Once optimized, scientists transfer the small-scale technique to a larger silica gel column–a glass tube approximately 0.5 meter in length and 3 centimeters in diameter. The mixture of compounds is placed atop of a column of silica gel, and solvent passes through the column of silica gel by gravity. The technique separates the chemical compounds in the same manner as the glass plates in the Thin Layer experiment.
Chromatography of Resveratrol and Pterostilbene in Blueberries?
One literature reference from 2004, published in the Journal of Agriculture and Food Chemistry, describes the separation of resveratrol from pterostilbene.
Researchers freeze-dried the berries and mixed approximately 200 milliliters of an appropriate solvent with the freeze-dried berries and homogenized them with a laboratory-grade blender.
A published technique for the isolation of resveratrol and pterostilbene is as follows:
The two component mixture, resveratrol and pterostilbene, were sequestered from blueberries. The mixture of resveratrol and pterostilbene was condensed into a paste and separated by C 18 column chromatography.
C 18 methods utilize a high-pressure flow of solvent through tubing and columns that are millimeters to centimeters in diameter.
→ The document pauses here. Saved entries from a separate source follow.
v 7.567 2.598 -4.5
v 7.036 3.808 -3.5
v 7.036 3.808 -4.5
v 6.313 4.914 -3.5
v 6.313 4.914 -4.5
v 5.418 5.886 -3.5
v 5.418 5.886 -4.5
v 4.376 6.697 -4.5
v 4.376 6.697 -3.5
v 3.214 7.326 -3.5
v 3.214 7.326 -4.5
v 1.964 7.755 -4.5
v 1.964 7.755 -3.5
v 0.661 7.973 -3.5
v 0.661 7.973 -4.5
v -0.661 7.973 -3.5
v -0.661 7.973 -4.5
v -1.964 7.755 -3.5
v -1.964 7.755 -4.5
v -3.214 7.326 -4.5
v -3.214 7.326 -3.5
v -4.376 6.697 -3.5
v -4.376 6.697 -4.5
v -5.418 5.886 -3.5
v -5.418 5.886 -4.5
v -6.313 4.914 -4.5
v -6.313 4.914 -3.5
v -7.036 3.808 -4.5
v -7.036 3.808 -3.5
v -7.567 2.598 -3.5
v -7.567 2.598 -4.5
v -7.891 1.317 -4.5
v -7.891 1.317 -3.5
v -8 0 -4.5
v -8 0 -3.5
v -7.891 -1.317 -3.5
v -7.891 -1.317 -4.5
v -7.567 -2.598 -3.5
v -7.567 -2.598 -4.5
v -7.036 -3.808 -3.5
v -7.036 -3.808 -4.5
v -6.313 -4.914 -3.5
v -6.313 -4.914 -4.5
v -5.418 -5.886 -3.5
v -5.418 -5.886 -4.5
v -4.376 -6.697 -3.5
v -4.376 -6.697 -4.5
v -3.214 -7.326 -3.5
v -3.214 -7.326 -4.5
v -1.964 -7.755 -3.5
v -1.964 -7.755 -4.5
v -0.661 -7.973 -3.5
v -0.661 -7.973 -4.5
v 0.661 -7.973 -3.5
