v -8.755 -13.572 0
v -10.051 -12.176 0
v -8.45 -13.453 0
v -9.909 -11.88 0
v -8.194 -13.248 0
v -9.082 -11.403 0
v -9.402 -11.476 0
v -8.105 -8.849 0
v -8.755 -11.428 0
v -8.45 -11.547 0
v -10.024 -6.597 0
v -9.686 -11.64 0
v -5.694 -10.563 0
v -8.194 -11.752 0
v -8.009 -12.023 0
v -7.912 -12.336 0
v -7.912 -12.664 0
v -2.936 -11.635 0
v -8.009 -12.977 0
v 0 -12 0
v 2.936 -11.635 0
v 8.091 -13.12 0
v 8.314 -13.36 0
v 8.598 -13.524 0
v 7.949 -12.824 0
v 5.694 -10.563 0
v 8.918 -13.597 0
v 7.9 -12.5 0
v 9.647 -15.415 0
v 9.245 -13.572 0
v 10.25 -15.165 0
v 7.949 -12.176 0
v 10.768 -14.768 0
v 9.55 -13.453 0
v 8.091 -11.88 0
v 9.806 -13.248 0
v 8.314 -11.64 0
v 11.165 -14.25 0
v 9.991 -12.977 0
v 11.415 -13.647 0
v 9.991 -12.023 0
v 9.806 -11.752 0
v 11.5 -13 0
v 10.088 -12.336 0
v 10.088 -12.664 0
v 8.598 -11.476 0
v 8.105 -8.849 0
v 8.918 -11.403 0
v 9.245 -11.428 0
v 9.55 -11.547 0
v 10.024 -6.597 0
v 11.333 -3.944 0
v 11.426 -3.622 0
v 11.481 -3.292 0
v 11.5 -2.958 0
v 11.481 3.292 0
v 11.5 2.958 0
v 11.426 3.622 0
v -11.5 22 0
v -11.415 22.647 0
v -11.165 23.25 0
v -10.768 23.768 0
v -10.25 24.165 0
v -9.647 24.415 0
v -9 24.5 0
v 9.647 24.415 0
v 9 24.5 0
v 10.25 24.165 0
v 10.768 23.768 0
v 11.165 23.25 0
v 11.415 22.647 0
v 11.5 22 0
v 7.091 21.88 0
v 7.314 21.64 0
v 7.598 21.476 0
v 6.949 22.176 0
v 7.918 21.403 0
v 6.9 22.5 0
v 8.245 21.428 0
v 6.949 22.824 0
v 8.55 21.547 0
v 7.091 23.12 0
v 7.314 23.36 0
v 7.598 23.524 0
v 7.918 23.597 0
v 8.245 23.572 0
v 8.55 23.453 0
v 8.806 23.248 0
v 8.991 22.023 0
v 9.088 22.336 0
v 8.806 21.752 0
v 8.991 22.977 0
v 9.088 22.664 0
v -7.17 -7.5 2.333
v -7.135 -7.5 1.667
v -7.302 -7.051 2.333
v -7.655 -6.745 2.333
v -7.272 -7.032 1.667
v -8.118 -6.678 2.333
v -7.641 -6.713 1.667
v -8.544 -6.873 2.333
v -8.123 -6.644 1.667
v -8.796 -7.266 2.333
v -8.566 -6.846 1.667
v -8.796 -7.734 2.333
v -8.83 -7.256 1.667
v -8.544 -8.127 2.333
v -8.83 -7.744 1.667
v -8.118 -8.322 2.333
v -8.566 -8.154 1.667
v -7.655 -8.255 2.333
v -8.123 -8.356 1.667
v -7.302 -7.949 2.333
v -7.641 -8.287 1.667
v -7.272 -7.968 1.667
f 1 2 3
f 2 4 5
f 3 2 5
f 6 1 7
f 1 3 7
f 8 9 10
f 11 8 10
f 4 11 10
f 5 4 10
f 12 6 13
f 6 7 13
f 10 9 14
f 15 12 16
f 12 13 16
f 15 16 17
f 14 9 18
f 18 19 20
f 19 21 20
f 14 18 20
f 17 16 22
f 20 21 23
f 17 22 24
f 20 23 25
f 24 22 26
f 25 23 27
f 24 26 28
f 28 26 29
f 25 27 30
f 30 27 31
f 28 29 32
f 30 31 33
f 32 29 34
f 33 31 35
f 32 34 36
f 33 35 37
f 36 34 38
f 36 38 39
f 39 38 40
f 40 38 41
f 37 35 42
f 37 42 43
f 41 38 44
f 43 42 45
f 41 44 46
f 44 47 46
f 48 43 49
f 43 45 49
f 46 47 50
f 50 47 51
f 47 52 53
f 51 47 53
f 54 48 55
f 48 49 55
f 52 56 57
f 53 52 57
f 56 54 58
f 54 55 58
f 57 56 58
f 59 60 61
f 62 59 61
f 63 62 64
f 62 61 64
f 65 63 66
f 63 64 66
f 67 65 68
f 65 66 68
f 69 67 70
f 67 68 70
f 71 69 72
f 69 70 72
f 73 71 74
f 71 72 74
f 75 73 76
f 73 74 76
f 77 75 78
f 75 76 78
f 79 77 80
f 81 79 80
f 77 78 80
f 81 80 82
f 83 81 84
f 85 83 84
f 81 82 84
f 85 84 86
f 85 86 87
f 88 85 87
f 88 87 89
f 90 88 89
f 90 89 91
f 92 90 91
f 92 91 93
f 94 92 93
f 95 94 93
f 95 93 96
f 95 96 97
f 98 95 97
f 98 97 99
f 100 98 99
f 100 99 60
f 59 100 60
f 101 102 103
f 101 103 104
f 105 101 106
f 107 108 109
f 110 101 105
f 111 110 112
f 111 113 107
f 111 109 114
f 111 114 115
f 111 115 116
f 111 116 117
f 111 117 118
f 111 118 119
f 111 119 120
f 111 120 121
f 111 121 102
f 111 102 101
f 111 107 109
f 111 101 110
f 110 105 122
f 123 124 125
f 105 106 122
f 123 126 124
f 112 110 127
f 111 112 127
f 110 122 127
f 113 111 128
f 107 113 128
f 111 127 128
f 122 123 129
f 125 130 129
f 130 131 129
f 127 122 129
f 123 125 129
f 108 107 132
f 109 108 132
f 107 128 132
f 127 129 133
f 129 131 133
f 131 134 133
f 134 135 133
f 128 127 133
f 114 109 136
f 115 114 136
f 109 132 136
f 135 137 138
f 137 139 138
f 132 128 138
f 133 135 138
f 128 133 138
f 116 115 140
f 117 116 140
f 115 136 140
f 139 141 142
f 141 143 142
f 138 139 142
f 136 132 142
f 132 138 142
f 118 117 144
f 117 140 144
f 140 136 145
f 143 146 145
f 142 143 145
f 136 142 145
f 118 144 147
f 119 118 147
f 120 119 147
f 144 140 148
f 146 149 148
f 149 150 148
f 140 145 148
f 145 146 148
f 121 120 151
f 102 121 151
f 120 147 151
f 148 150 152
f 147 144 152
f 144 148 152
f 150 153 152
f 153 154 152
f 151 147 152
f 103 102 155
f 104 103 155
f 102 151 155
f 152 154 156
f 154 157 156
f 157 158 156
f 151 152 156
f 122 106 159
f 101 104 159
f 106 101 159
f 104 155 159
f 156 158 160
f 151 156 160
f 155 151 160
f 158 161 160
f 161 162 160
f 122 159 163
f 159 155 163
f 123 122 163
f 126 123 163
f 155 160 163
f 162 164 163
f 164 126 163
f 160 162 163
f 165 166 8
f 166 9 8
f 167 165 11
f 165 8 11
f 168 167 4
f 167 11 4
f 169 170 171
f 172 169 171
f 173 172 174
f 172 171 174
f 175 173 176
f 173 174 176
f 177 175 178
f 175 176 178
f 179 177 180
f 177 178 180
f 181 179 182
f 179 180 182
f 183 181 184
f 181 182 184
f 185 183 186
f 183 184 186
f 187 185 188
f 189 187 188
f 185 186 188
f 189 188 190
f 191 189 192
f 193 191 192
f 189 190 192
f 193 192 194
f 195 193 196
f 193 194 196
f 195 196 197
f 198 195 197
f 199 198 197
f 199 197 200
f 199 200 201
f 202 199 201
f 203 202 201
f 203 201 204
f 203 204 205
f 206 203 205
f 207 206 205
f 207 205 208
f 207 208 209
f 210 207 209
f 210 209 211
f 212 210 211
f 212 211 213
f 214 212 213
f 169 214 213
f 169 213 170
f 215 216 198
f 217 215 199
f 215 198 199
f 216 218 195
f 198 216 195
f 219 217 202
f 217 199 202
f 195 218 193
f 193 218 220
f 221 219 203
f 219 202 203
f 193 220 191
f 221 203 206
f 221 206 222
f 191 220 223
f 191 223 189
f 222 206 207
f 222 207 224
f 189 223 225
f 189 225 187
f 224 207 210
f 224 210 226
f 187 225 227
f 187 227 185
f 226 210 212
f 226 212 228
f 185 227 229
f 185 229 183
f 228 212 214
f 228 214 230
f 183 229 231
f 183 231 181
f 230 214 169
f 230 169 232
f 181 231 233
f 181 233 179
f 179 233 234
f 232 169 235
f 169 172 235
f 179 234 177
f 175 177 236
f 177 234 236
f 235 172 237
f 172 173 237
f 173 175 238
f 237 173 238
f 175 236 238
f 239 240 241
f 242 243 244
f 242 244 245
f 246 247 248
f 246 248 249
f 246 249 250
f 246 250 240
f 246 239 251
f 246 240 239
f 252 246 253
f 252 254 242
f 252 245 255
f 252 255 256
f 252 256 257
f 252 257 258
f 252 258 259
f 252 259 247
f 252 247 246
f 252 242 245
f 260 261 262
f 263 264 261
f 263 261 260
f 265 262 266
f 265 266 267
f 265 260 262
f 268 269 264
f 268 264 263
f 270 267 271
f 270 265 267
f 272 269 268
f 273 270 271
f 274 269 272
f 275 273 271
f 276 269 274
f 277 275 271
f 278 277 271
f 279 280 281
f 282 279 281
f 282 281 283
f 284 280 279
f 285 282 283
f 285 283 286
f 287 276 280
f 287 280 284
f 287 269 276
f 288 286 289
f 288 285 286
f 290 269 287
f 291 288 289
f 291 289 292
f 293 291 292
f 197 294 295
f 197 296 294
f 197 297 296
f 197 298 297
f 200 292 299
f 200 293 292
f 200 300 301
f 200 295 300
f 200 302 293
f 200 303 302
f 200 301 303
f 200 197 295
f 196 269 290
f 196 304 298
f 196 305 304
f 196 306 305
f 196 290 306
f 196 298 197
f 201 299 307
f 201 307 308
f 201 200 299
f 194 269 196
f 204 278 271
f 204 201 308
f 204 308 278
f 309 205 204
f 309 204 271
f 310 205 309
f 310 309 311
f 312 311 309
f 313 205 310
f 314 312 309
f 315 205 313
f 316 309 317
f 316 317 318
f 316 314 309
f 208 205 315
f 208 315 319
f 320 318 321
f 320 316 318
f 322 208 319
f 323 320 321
This type of separation is known for speed and accuracy.
Non-pressurized chromatography utilizes gravity to assist in the separation, which is slower – pressurized chromatography can reduce 4 hours of laboratory time to 1 hour.
Natural Products: A Wave of Future Chemistry?
Medicinal chemistry is a mature science–its origins came about as early hominids experimented with plants and their fruits. The eventual maturation of chromatography allows scientists to isolate and understand medicinal substances. Further advancements will come as biochemistry and sub-disciplines like chromatography probe biology for clues to our chemical past.